Sekiranya utusan membenarkan dan berkata, “Aku telah mengambil darimu 20 Dinar dan menyerahkan kepada orang yang mengutusku”, namun orang yang mengutus mendustakannya, maka yang dijadikan pegangan adalah perkataan orang yang mengutus disertai sumpahnya bahwa ia tidak memerintahkan kecuali sebesar 10 Dinar dan tidak ada yang diserahkan oleh utusan kepadanya selain 10 Dinar tersebut. Pada kasus ini harta tergadai dengan 10 Dinar, sedangkan orang yang diutus harus membayar kepada penerima gadai sebesar 10 Dinar, karena ia mengaku telah mengambil dari penerima gadai sebanyak 20 Dinar.

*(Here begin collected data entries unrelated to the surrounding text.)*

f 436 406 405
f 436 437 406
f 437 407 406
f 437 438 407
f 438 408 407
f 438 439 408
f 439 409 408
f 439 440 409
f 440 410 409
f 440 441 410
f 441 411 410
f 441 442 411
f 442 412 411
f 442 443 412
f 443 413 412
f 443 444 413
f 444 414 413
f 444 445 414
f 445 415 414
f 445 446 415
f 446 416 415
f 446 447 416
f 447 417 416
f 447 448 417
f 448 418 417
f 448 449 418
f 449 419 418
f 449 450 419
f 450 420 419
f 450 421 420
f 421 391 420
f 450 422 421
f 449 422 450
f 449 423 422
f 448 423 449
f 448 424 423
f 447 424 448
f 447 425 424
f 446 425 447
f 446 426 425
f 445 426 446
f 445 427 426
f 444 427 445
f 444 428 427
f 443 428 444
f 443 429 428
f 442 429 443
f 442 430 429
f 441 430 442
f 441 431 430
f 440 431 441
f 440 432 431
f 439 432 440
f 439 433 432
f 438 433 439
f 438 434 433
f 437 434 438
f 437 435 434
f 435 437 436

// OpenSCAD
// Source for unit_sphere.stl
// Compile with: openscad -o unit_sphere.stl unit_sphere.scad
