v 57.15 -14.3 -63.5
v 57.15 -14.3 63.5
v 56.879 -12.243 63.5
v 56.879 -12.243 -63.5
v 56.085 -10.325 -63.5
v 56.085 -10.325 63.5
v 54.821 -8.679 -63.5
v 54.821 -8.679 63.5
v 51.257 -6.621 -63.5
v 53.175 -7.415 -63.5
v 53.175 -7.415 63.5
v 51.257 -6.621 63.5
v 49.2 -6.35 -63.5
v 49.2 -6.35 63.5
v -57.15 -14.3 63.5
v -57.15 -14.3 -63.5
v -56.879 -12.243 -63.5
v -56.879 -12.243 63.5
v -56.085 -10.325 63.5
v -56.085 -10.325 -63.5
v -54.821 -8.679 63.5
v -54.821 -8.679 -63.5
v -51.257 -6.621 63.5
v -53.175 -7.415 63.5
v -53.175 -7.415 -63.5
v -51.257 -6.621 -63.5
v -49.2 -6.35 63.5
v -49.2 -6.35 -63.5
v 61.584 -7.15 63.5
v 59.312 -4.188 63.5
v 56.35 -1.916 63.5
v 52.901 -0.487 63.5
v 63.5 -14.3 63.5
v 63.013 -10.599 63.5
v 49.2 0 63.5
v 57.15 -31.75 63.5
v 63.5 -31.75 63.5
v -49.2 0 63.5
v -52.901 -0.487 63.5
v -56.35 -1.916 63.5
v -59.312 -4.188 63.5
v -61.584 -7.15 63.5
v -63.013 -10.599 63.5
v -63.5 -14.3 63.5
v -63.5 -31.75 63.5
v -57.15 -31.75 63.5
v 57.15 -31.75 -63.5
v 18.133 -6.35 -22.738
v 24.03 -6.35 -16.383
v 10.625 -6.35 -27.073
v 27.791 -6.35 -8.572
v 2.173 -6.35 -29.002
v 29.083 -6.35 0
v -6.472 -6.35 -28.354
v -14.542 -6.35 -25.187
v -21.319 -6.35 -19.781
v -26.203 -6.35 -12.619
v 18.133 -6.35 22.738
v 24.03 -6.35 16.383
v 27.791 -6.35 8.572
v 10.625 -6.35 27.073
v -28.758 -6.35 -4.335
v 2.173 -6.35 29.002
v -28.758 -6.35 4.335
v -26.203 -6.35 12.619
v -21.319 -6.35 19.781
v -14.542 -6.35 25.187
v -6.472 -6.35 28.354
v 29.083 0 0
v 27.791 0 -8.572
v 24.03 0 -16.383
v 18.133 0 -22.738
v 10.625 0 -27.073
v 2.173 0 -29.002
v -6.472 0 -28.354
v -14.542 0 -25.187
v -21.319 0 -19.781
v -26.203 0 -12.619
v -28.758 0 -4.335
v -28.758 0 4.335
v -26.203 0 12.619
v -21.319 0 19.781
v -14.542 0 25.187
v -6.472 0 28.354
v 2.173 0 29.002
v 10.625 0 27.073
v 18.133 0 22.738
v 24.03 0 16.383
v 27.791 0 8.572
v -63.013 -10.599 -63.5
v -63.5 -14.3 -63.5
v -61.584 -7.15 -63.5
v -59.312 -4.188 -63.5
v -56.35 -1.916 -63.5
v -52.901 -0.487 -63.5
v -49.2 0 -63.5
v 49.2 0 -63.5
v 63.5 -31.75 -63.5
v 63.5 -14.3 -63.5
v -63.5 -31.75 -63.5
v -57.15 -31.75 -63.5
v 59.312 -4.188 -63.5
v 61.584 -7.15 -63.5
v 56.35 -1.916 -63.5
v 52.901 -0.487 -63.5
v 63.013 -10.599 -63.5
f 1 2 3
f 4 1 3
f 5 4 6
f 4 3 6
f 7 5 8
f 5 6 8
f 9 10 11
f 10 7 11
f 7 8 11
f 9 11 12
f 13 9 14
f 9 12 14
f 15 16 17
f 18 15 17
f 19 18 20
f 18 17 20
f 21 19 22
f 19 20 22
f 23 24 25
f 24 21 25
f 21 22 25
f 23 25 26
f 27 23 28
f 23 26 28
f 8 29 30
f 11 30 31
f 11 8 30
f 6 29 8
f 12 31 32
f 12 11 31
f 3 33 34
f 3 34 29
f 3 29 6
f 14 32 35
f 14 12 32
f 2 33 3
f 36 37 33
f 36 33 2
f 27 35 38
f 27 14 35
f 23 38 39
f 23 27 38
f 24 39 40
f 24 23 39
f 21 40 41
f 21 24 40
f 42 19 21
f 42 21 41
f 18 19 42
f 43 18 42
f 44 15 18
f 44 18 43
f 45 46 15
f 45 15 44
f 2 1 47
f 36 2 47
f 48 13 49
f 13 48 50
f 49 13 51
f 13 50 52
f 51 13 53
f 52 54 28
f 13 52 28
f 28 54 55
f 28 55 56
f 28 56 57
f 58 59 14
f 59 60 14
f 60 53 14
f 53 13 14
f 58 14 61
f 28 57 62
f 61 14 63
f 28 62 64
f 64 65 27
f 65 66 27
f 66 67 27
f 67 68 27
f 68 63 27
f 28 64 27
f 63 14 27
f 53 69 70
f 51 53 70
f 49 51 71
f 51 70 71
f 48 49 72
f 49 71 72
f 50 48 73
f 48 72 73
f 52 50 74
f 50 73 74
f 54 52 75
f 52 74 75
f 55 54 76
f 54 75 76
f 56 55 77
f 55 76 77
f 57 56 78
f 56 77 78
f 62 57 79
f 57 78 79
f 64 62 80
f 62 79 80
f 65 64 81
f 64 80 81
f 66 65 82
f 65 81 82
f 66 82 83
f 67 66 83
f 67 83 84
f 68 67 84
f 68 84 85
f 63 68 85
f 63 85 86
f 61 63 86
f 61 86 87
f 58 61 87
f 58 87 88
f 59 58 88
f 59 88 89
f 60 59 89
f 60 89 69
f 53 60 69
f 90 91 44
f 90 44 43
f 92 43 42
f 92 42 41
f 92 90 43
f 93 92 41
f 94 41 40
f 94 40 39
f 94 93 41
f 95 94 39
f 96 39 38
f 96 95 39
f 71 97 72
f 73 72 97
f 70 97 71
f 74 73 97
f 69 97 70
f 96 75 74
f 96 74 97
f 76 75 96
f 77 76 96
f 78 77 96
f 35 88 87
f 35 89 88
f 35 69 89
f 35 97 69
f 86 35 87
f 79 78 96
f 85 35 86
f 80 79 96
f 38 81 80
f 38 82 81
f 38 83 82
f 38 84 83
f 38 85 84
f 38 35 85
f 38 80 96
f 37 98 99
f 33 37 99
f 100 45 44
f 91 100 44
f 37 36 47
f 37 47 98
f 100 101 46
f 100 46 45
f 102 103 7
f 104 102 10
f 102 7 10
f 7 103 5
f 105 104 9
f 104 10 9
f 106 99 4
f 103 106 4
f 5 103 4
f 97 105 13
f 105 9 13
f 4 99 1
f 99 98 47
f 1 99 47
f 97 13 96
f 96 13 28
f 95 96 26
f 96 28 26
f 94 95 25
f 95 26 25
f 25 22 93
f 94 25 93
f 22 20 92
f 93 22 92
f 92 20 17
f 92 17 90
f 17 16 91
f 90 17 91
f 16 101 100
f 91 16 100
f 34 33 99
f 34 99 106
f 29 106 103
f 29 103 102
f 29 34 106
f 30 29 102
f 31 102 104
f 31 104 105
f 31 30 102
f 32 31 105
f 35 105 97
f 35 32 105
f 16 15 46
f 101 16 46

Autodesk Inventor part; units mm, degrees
ref_plane "YZ Plane" through (0, 0, 0) normal (1, 0, 0) x (0, 1, 0)
ref_plane "XZ Plane" through (0, 0, 0) normal (0, 1, 0) x (-1, 0, 0)
ref_plane "XY Plane" through (0, 0, 0) normal (0, 0, 1) x (1, 0, 0)
sketch "Sketch4" plane through (0, 0, 0) normal (0, 1, 0) x (-1, 0, 0)
  line L0 (-63.5, 63.5) -> (63.5, 63.5)
  line L1 (63.5, 63.5) -> (63.5, -63.5)
  line L2 (63.5, -63.5) -> (-63.5, -63.5)
  line L3 (-63.5, -63.5) -> (-63.5, 63.5)
  line L4 (-63.5, 63.5) -> (63.5, -63.5) construction
  line L5 (63.5, 63.5) -> (-63.5, -63.5) construction
  point P0 (0, 0)
  dimension "d6" = 127
  dimension "d7" = 127
extrude "Plate1" add sketch "Sketch4" against normal blind 6.35
sketch "Sketch5" plane through (57.15, 0, -63.5) normal (1, 0, 0) x (0, -1, 0)
  line L0 (0, 127) -> (0, 0)
  line L1 (0, 0) -> (31.75, 0)
  line L2 (31.75, 0) -> (31.75, 127)
  line L3 (31.75, 127) -> (0, 127)
edge flange "Flange1" height 31.75 angle 90 thickness 6.35 bend radius 7.9502 thickness toward (1, 0, 0) relief tear relief width 6.35 relief depth 3.175 corner gap 6.35 corner form 0 edges at (63.5, 0, 0) (-63.5, 0, 0) wall of the first edge with corners at (57.15, 0, 63.5) (57.15, 0, -63.5) (57.15, -31.75, -63.5) (57.15, -31.75, 63.5)
bend "Bend1"
corner "Corner1"
sketch "Sketch6" plane through (0, 0, 0) normal (0, 1, 0) x (1, 0, 0)
  circle A0 centre (0, 0) radius 29.083
  dimension "d19" = 58.166
extrude "Cut1" cut sketch "Sketch6" against normal blind 6.35
equation "\"d20\" = Thickness"
equation "\"d8\" = Thickness"
equation "\"d9\" = BendReliefWidth"
equation "\"d10\" = BendReliefDepth"
equation "\"d11\" = MinimumRemnant"
equation "\"d12\" = TransitionRadius"
equation "\"d15\" = BendRadius"
equation "\"d16\" = CornerReliefSize"
equation "\"d17\" = GapSize"
equation "\"d18\" = JacobiRadiusSize"
equation "\"BendReliefWidth\" = Thickness"
equation "\"BendReliefDepth\" = 0.5 * Thickness"
equation "\"CornerReliefSize\" = 4 * Thickness"
equation "\"MinimumRemnant\" = 2 * Thickness"
equation "\"TransitionRadius\" = BendRadius"
equation "\"JacobiRadiusSize\" = Thickness"
equation "\"GapSize\" = Thickness"
equation "\"Thickness\" = 6.35"
equation "\"BendRadius\" = 7.9502"
properties part number "Gooseneck Model-1 Sheet-2" material "SS304"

Apabila seseorang menyerahkan selembar pakaian kepada utusannya, lalu utusan itu menggadaikan pakaian tadi kepada seseorang, setelah itu orang yang diutus berkata kepada orang yang mengutus “Engkau memerintahkanku menggadaikan pakaian kepada fulan dengan tebusan 10 Dinar, lalu aku telah menggadaikannya”, sementara orang yang mengutus mengatakan “Aku memerintahkanmu mengutang dari si fulan sebesar 10 Dinar tanpa gadai, dan aku tidak mengizinkanmu menggadaikan pakaian”, maka yang dijadikan pegangan adalah perkataan pemilik pakaian dan uang sebesar 10 Dinar itu harus ia bayar segera.